Ridiculous or not, the ACLU and its partnering attorneys have done the job, assembling 15 education luminaries. And while these experts may be asserting much that is obvious, they also seem to take righteous pleasure in doing so. One scholar, former New York Commissioner of Education Thomas Sobol, refused to accept compensation either for his report or for any subsequent testimony. He declares, among other things, that inhumane conditions send a negative message to students that dampens academic success.
There's also a report from Stanford's Linda Darling-Hammond, in which she contends that the quality of teaching actually affects what a student learns, a subject to which she's devoted much of her research career.
UCLA professor Jeannie Oakes takes on verifying that textbooks are a good thing.
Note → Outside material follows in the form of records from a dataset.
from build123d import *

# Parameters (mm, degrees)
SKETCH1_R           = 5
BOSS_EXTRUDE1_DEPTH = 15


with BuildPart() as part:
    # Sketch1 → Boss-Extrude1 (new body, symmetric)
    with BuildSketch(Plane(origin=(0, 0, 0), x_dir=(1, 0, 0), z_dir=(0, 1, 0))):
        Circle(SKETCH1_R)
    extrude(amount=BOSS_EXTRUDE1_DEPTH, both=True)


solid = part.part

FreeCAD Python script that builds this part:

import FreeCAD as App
import Part
import Sketcher

V = App.Vector
Q = App.Units.Quantity

doc = App.newDocument("Part")
body = doc.addObject("PartDesign::Body", "Body")

# Sketch on XZ plane
sketch1 = body.newObject("Sketcher::SketchObject", "Sketch")
sketch1.AttachmentSupport = (doc.getObject("XZ_Plane"), [""])
sketch1.MapMode = "FlatFace"
sketch1.addGeometry(Part.Circle(V(0, 0, 0), V(0, 0, 1), 5), False)
sketch1.addConstraint(Sketcher.Constraint("Coincident", 0, 3, -1, 1))
sketch1.addConstraint(Sketcher.Constraint("Diameter", 0, Q("10 mm")))
pad1 = body.newObject("PartDesign::Pad", "Pad")
pad1.Profile = sketch1
pad1.Length = 30
pad1.Midplane = True

doc.recompute()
She relies heavily on studies from developing nations, because U.S. policymakers and researchers "have simply taken for granted that textbooks and curriculum materials are available to students" in this country.
Virginia Tech professor Glen Earthman, in his report, reviews evidence that learning is hampered by overcrowding, not to mention freezing or sweltering classrooms. Research scientist Ross E. Mitchell looks at the "Concept 6" calendar, which shortens the school year by about a month for the purpose of packing more students into a school.
THE HIRED LEGAL GUN OPPOSING THESE ADVOCATES IS L.A.'S OWN O'Melveny & Myers, whose attorneys argue that the state is not legally responsible for classroom conditions. It's an imperfect defense, given that the state has selectively asserted substantial jurisdiction over schools, including this past year when it insisted on massive reform at 10 Los Angeles campuses.
In the Williams battle, the state also tried countersuing school districts, including L.A. Unified, to shift the blame. The countersuit was put on hold by San Francisco Superior Court Judge Peter J. Busch.
Another strategy is picking apart the suit piece by piece -- asserting, for example, that the state has no obligation regarding bathrooms, so that anything relating to a bathroom doesn't count. A ruling on that motion is pending.
At one point, O'Melveny attorney John F. Daum challenged whether the learning conditions at schools named in the suit were all that inhospitable in the first place. "We went to school after school after school," Daum told the judge, "and what we discovered was . . . that sure, there are schools that have problems, sure, there is a teacher shortage. But again and again the specific allegations that plaintiffs make in their complaint are not true."
So far, O'Melveny, whose fees have claimed millions of taxpayer dollars, has succeeded only in pushing the likely trial date into 2003. Which means that California's self-proclaimed education governor won't have to deal with unremitting, discomfiting headlines during his re-election campaign.
"He'd probably like it to be another governor's problem to fix conditions for the neediest kids," speculated Catherine Lhamon, an ACLU staff attorney.
The view from the other side is that the state can't do it all, can't usurp all local control and can't accomplish reform overnight, said Ann Bancroft, a spokesman for Kerry Mazzoni, Governor Davis' education secretary. Bancroft enumerated a slew of recent initiatives addressing problems cited in the lawsuit, while also noting that the Davis administration has increased education funding and helped to refine the school-accountability system.
But to date, accountability has meant little more than student test scores. There's no real, direct accountability for the conditions in which learning takes place, even though these most certainly affect the results.
After all, if the state had an overt policy of putting blacks or Latinos into inferior schools, that policy would not stand. The children who get the raw deal today are not targeted by race, but most of them are, in fact, black or Latino, because these are the children of the poor, noted Mark Rosenbaum, legal director of ACLU's Southern California chapter. "The experts' reports document a two-tier school system," said Rosenbaum, "that is the modern-day equivalent of the separate and unequal school system condemned by the Supreme Court nearly a half-century ago."